# Fichiers icloud drive ne se chargent pas



## troistof (3 Septembre 2021)

Bonjour,

Sur un Macbook air M1, mes fichiers d'icloud drive ne se charge pas.
Le chargement commence puis reste bloqué ....
La petite fenêtre indique :
10Go sur 1To
Mon Macbook est tout neuf fraichement acheté, il y a de la place sur le disque, mon réseau en ethernet est au Go.
Version Big Sur 11.5.2

Si je prends mon ipad , je clique sur un fichier que j'ai sur le cloud drive et cela s'ouvre sans délai

Auriez-vous une idée d’où peux venir le problème ?
Merci


----------



## Anthony (3 Septembre 2021)

troistof a dit:


> Auriez-vous une idée d’où peux venir le problème ?
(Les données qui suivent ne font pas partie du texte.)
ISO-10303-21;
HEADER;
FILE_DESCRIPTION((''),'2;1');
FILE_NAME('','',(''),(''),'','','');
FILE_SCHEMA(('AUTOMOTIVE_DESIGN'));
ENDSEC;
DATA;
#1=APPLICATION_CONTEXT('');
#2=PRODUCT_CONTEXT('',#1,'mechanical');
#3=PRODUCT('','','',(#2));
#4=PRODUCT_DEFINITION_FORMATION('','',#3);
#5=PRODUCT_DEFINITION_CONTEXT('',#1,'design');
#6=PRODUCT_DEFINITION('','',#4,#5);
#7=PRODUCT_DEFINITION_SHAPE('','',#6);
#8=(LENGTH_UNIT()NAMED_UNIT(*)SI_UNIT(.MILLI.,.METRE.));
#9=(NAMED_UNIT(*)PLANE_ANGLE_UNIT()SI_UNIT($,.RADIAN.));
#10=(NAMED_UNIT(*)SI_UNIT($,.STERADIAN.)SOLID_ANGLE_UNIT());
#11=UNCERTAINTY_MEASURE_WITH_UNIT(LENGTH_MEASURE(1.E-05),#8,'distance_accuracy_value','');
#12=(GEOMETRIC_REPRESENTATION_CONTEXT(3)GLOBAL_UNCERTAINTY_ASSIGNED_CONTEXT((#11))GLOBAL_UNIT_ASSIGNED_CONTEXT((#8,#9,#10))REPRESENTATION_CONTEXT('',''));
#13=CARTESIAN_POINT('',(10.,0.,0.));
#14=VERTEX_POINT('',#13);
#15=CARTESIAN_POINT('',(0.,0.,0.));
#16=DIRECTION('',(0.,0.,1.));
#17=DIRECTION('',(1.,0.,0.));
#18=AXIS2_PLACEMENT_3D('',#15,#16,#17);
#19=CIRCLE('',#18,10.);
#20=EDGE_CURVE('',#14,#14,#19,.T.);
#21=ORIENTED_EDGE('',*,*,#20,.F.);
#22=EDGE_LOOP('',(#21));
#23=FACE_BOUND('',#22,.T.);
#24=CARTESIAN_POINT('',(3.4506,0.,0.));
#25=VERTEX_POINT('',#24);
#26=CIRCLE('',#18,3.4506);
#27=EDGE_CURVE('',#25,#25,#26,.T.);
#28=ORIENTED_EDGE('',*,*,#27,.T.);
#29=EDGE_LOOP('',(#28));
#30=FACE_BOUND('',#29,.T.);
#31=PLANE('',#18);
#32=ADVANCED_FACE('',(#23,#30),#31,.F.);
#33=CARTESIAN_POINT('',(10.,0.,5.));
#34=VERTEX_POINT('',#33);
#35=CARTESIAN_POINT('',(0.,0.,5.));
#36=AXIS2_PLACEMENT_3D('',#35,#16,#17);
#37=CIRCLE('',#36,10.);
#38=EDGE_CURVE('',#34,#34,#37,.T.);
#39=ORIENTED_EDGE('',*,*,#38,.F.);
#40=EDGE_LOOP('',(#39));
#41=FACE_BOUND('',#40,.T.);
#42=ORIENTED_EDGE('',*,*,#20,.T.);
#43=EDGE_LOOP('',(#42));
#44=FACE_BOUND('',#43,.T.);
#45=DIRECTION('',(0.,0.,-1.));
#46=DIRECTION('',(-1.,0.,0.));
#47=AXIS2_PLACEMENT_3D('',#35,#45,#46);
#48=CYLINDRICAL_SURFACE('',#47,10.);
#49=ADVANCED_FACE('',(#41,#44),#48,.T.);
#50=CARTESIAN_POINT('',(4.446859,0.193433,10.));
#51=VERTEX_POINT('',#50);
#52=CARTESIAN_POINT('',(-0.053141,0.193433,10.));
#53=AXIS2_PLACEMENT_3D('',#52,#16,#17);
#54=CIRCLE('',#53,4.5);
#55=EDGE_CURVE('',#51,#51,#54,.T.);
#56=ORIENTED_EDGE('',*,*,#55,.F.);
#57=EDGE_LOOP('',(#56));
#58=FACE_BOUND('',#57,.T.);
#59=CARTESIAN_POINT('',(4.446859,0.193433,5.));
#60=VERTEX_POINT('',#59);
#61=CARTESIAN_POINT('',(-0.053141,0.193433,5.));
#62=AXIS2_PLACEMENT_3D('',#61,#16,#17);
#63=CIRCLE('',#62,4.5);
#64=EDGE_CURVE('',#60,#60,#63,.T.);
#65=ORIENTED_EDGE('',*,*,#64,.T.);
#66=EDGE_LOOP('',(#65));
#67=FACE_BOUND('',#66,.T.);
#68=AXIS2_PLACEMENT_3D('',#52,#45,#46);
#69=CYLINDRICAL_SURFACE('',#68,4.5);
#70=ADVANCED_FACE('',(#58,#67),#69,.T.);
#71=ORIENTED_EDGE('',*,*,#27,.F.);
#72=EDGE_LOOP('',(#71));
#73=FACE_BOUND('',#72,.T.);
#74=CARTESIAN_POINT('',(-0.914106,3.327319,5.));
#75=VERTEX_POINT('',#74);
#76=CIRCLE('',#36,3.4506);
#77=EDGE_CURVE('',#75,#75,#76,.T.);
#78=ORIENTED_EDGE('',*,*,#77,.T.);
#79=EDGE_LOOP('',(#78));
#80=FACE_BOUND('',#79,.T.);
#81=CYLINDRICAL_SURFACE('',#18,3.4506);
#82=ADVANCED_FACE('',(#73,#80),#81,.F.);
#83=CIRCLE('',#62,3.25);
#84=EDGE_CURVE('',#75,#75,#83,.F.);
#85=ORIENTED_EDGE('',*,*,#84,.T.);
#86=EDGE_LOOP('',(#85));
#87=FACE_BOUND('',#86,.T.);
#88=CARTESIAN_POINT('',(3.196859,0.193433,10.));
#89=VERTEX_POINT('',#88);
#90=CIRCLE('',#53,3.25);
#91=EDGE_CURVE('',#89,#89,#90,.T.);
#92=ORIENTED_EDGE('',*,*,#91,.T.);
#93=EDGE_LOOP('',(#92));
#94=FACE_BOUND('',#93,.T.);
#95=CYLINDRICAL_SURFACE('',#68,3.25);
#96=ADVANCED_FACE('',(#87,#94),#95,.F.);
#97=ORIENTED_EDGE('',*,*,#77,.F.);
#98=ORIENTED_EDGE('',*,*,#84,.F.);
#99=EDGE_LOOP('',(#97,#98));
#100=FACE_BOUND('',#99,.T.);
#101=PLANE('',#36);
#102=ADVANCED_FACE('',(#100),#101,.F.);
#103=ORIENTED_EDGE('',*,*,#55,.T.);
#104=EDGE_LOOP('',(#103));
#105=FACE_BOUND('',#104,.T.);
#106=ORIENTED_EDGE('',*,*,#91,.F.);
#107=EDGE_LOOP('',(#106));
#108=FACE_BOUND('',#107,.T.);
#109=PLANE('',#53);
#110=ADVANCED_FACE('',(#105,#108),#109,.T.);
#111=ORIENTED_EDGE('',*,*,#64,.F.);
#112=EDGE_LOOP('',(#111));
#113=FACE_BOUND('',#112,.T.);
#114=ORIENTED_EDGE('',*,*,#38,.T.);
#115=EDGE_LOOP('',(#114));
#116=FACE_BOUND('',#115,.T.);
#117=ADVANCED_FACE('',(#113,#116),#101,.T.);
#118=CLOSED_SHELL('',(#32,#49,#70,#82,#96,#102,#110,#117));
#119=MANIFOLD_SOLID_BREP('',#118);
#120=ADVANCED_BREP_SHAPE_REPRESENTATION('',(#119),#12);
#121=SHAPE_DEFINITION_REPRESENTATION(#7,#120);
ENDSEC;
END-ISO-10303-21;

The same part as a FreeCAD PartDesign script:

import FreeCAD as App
import Part
import Sketcher

V = App.Vector
Q = App.Units.Quantity

doc = App.newDocument("Part")
body = doc.addObject("PartDesign::Body", "Body")

# Sketch on XY plane
sketch1 = body.newObject("Sketcher::SketchObject", "Sketch")
sketch1.AttachmentSupport = (doc.getObject("XY_Plane"), [""])
sketch1.MapMode = "FlatFace"
sketch1.addGeometry(Part.Circle(V(0, 0, 0), V(0, 0, 1), 10), False)
sketch1.addConstraint([
    Sketcher.Constraint("Coincident", 0, 3, -1, 1),
    Sketcher.Constraint("Diameter", 0, Q("20 mm")),
])
pad1 = body.newObject("PartDesign::Pad", "Pad")
pad1.Profile = sketch1
pad1.Length = 5

# Sketch on XY plane
sketch2 = body.newObject("Sketcher::SketchObject", "Sketch001")
sketch2.AttachmentSupport = (doc.getObject("XY_Plane"), [""])
sketch2.MapMode = "FlatFace"
sketch2.AttachmentOffset = App.Placement(V(0, 0, 5), App.Rotation())
sketch2.addGeometry([
    Part.Circle(V(-0.053141, 0.193433, 0), V(0, 0, 1), 4.5),
    Part.Circle(V(-0.053141, 0.193433, 0), V(0, 0, 1), 3.25),
], False)
sketch2.addConstraint([
    Sketcher.Constraint("Coincident", 1, 3, 0, 3),
    Sketcher.Constraint("Diameter", 0, Q("9 mm")),
    Sketcher.Constraint("Diameter", 1, Q("6.5 mm")),
    Sketcher.Constraint("DistanceX", 0, 3, -1, 1, Q("0.053141 mm")),
    Sketcher.Constraint("DistanceY", -1, 1, 0, 3, Q("0.193433 mm")),
])
pad2 = body.newObject("PartDesign::Pad", "Pad001")
pad2.Profile = sketch2
pad2.Length = 5

# Sketch on XY plane
sketch3 = body.newObject("Sketcher::SketchObject", "Sketch002")
sketch3.AttachmentSupport = (doc.getObject("XY_Plane"), [""])
sketch3.MapMode = "FlatFace"
sketch3.AttachmentOffset = App.Placement(V(0, 0, 5), App.Rotation())
sketch3.addGeometry(Part.Circle(V(0, 0, 0), V(0, 0, 1), 3.4506), False)
sketch3.addConstraint([
    Sketcher.Constraint("Coincident", 0, 3, -1, 1),
    Sketcher.Constraint("Diameter", 0, Q("6.9012 mm")),
])
pocket1 = body.newObject("PartDesign::Pocket", "Pocket")
pocket1.Profile = sketch3
pocket1.Length = 5

doc.recompute()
iCloud Drive est une boite noire qui se synchronise un peu quand elle veut. Si le Mac est fraichement déballé, mieux vaut attendre quelques jours avant de commencer à penser qu’il y a vraiment un problème. iCloud Status peut aider dans un second temps : http://www.thealchemistguild.com/icloudstatus/

(Et accessoirement, je déplace dans la bonne rubrique.)


----------



## troistof (3 Septembre 2021)

Merci, je vais attendre alors
C'est tout de même déroutant de ne pouvoir utiliser les données qui sont sur le Cloud !


----------



## troistof (3 Septembre 2021)

Ce qui m'étonne c'est que le téléchargement des données commence et s'arrête, depuis hier plus aucunes données de rentre.
J'ai installé Icloudstatus et aucune données ne rentre, la liste est vide.


----------



## Anthony (3 Septembre 2021)

Tu as déjà essayé de te déconnecter puis te reconnecter d’iCloud ?


----------



## troistof (3 Septembre 2021)

oui à plusieurs reprise, j'ai même formater puis re installer big sur
même si j'essai d'ouvrir un simple ficher il ne s'ouvre pas 
sur mon iPad cela fonctionne très bien


----------



## Anthony (3 Septembre 2021)

troistof a dit:


> oui à plusieurs reprise, j'ai même formater puis re installer big sur


Ah oui donc pas vraiment fraichement déballé… Avant de tester la solution atomique, ce serait intéressant de voir s’il y a un souci d’enregistrement de la machine auprès des serveurs d’Apple. Après avoir déconnecté iCloud sur ta machine, rends-toi sur la page suivante :

https://appleid.apple.com/

Connecte-toi à ton compte, et dans la section Appareils, clique sur la machine, et choisis Supprimer du compte. Tu pourras alors te reconnecter à iCloud sur ta machine, et voir ce qu’il en est, en gardant à l’esprit qu’il faut généralement attendre plusieurs heures avant que le dossier iCloud Drive n’apparaisse dans ce cas.


----------



## troistof (3 Septembre 2021)

Merci
Voila j'ai fait la manipulation
J'espère que cela va changer quelques chose


----------



## Anthony (3 Septembre 2021)

Si ça ne change toujours pas les heures qui viennent, il reste encore une dernière manipulation avant de devoir appeler Apple, croisons les doigts.


----------



## troistof (3 Septembre 2021)

les dossiers reviennent dans iCloud 
le téléchargement  à commencer et en général cela stagne au bout de quelques Go , puis bloque
J'ai déjà appeler Apple , mais mis a part "il faut attendre" il n'en savent pas plus ....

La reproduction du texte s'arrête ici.